▸ Exercise: Every record that follows should be output exactly as it is given.

(Records from a data source)
◇ ◇ ◇ ◇ ◇
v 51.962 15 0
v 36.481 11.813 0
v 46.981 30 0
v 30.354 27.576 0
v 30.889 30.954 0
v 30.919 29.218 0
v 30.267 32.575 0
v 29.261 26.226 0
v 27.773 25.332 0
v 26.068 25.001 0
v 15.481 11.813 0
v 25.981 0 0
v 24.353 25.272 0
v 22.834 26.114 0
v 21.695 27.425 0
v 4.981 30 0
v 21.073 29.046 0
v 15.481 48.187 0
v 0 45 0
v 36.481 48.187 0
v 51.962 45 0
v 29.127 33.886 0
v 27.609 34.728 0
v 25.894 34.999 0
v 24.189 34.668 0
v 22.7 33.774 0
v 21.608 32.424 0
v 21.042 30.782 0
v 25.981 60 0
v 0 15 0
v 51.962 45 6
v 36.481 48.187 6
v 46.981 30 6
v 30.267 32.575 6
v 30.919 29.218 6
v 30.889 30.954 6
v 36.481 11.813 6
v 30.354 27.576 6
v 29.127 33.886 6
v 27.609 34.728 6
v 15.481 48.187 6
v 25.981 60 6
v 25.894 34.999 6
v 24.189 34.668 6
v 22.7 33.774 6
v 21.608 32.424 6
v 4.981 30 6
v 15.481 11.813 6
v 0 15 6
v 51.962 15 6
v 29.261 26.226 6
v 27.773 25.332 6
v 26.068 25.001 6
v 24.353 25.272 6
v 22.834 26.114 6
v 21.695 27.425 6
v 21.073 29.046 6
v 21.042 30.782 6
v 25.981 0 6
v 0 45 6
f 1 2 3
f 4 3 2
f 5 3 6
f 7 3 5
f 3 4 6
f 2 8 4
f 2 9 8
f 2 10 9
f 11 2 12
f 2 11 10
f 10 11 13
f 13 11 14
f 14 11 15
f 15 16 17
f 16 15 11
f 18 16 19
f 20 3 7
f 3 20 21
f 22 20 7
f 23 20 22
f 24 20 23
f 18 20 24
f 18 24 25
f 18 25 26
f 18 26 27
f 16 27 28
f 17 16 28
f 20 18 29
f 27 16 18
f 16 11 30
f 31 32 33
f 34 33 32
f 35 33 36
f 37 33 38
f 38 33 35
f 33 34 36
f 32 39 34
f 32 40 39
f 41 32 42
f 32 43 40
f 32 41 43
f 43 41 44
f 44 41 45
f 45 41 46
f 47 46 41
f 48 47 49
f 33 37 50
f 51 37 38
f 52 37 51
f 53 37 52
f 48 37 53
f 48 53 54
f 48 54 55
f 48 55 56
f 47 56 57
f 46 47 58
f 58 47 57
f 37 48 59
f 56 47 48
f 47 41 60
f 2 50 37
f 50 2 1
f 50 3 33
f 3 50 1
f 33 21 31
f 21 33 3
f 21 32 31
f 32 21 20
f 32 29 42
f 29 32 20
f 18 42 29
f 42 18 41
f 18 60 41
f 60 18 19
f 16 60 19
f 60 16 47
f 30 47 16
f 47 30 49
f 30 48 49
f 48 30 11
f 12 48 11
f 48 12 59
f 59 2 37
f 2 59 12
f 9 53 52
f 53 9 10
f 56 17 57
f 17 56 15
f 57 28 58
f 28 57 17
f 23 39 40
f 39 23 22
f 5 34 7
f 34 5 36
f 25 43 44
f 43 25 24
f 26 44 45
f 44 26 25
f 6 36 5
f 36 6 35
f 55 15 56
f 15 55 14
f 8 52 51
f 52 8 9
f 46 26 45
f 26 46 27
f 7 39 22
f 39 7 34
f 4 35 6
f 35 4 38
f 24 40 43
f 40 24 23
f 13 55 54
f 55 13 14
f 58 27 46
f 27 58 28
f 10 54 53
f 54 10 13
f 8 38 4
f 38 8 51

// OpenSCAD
$fn = 32;

// ----------------------------------------------------------------------
// Star wheel: 6-point blunt, R30
// ----------------------------------------------------------------------

// --- parameters (mm) ---
n_points = 6;             // number of points / teeth
r_out = 30;               // tip radius
r_in = 21;                // root radius
bore_r = 5;               // centre bore radius
plate_t = 6;              // plate thickness, Z (extrusion height)
bore_d = 10;              // centre bore diameter

profile = [[25.981, 60], [15.481, 48.187], [0, 45], [4.981, 30], [0, 15], [15.481, 11.813], [25.981, 0], [36.481, 11.813], [51.962, 15], [46.981, 30], [51.962, 45], [36.481, 48.187]];  // primary outline, 12 points, counter clockwise
void_1 = [[30.889, 30.954], [30.267, 32.575], [29.127, 33.886], [27.609, 34.728], [25.894, 34.999], [24.189, 34.668], [22.7, 33.774], [21.608, 32.424], [21.042, 30.782], [21.073, 29.046], [21.695, 27.425], [22.834, 26.114], [24.353, 25.272], [26.068, 25.001], [27.773, 25.332], [29.261, 26.226], [30.354, 27.576], [30.919, 29.218]];  // centre bore, 18 points

// --- the one profile operation ---
difference() {
  linear_extrude(height = plate_t) polygon(points = profile);
  translate([0, 0, -1])
    linear_extrude(height = plate_t + 2) polygon(points = void_1);
}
◇ ◇ ◇ ◇ ◇
▸ Answer to the problem:
v 51.962 15 0
v 36.481 11.813 0
v 46.981 30 0
v 30.354 27.576 0
v 30.889 30.954 0
v 30.919 29.218 0
v 30.267 32.575 0
v 29.261 26.226 0
v 27.773 25.332 0
v 26.068 25.001 0
v 15.481 11.813 0
v 25.981 0 0
v 24.353 25.272 0
v 22.834 26.114 0
v 21.695 27.425 0
v 4.981 30 0
v 21.073 29.046 0
v 15.481 48.187 0
v 0 45 0
v 36.481 48.187 0
v 51.962 45 0
v 29.127 33.886 0
v 27.609 34.728 0
v 25.894 34.999 0
v 24.189 34.668 0
v 22.7 33.774 0
v 21.608 32.424 0
v 21.042 30.782 0
v 25.981 60 0
v 0 15 0
v 51.962 45 6
v 36.481 48.187 6
v 46.981 30 6
v 30.267 32.575 6
v 30.919 29.218 6
v 30.889 30.954 6
v 36.481 11.813 6
v 30.354 27.576 6
v 29.127 33.886 6
v 27.609 34.728 6
v 15.481 48.187 6
v 25.981 60 6
v 25.894 34.999 6
v 24.189 34.668 6
v 22.7 33.774 6
v 21.608 32.424 6
v 4.981 30 6
v 15.481 11.813 6
v 0 15 6
v 51.962 15 6
v 29.261 26.226 6
v 27.773 25.332 6
v 26.068 25.001 6
v 24.353 25.272 6
v 22.834 26.114 6
v 21.695 27.425 6
v 21.073 29.046 6
v 21.042 30.782 6
v 25.981 0 6
v 0 45 6
f 1 2 3
f 4 3 2
f 5 3 6
f 7 3 5
f 3 4 6
f 2 8 4
f 2 9 8
f 2 10 9
f 11 2 12
f 2 11 10
f 10 11 13
f 13 11 14
f 14 11 15
f 15 16 17
f 16 15 11
f 18 16 19
f 20 3 7
f 3 20 21
f 22 20 7
f 23 20 22
f 24 20 23
f 18 20 24
f 18 24 25
f 18 25 26
f 18 26 27
f 16 27 28
f 17 16 28
f 20 18 29
f 27 16 18
f 16 11 30
f 31 32 33
f 34 33 32
f 35 33 36
f 37 33 38
f 38 33 35
f 33 34 36
f 32 39 34
f 32 40 39
f 41 32 42
f 32 43 40
f 32 41 43
f 43 41 44
f 44 41 45
f 45 41 46
f 47 46 41
f 48 47 49
f 33 37 50
f 51 37 38
f 52 37 51
f 53 37 52
f 48 37 53
f 48 53 54
f 48 54 55
f 48 55 56
f 47 56 57
f 46 47 58
f 58 47 57
f 37 48 59
f 56 47 48
f 47 41 60
f 2 50 37
f 50 2 1
f 50 3 33
f 3 50 1
f 33 21 31
f 21 33 3
f 21 32 31
f 32 21 20
f 32 29 42
f 29 32 20
f 18 42 29
f 42 18 41
f 18 60 41
f 60 18 19
f 16 60 19
f 60 16 47
f 30 47 16
f 47 30 49
f 30 48 49
f 48 30 11
f 12 48 11
f 48 12 59
f 59 2 37
f 2 59 12
f 9 53 52
f 53 9 10
f 56 17 57
f 17 56 15
f 57 28 58
f 28 57 17
f 23 39 40
f 39 23 22
f 5 34 7
f 34 5 36
f 25 43 44
f 43 25 24
f 26 44 45
f 44 26 25
f 6 36 5
f 36 6 35
f 55 15 56
f 15 55 14
f 8 52 51
f 52 8 9
f 46 26 45
f 26 46 27
f 7 39 22
f 39 7 34
f 4 35 6
f 35 4 38
f 24 40 43
f 40 24 23
f 13 55 54
f 55 13 14
f 58 27 46
f 27 58 28
f 10 54 53
f 54 10 13
f 8 38 4
f 38 8 51

// OpenSCAD
$fn = 32;

// ----------------------------------------------------------------------
// Star wheel: 6-point blunt, R30
// ----------------------------------------------------------------------

// --- parameters (mm) ---
n_points = 6;             // number of points / teeth
r_out = 30;               // tip radius
r_in = 21;                // root radius
bore_r = 5;               // centre bore radius
plate_t = 6;              // plate thickness, Z (extrusion height)
bore_d = 10;              // centre bore diameter

profile = [[25.981, 60], [15.481, 48.187], [0, 45], [4.981, 30], [0, 15], [15.481, 11.813], [25.981, 0], [36.481, 11.813], [51.962, 15], [46.981, 30], [51.962, 45], [36.481, 48.187]];  // primary outline, 12 points, counter clockwise
void_1 = [[30.889, 30.954], [30.267, 32.575], [29.127, 33.886], [27.609, 34.728], [25.894, 34.999], [24.189, 34.668], [22.7, 33.774], [21.608, 32.424], [21.042, 30.782], [21.073, 29.046], [21.695, 27.425], [22.834, 26.114], [24.353, 25.272], [26.068, 25.001], [27.773, 25.332], [29.261, 26.226], [30.354, 27.576], [30.919, 29.218]];  // centre bore, 18 points

// --- the one profile operation ---
difference() {
  linear_extrude(height = plate_t) polygon(points = profile);
  translate([0, 0, -1])
    linear_extrude(height = plate_t + 2) polygon(points = void_1);
}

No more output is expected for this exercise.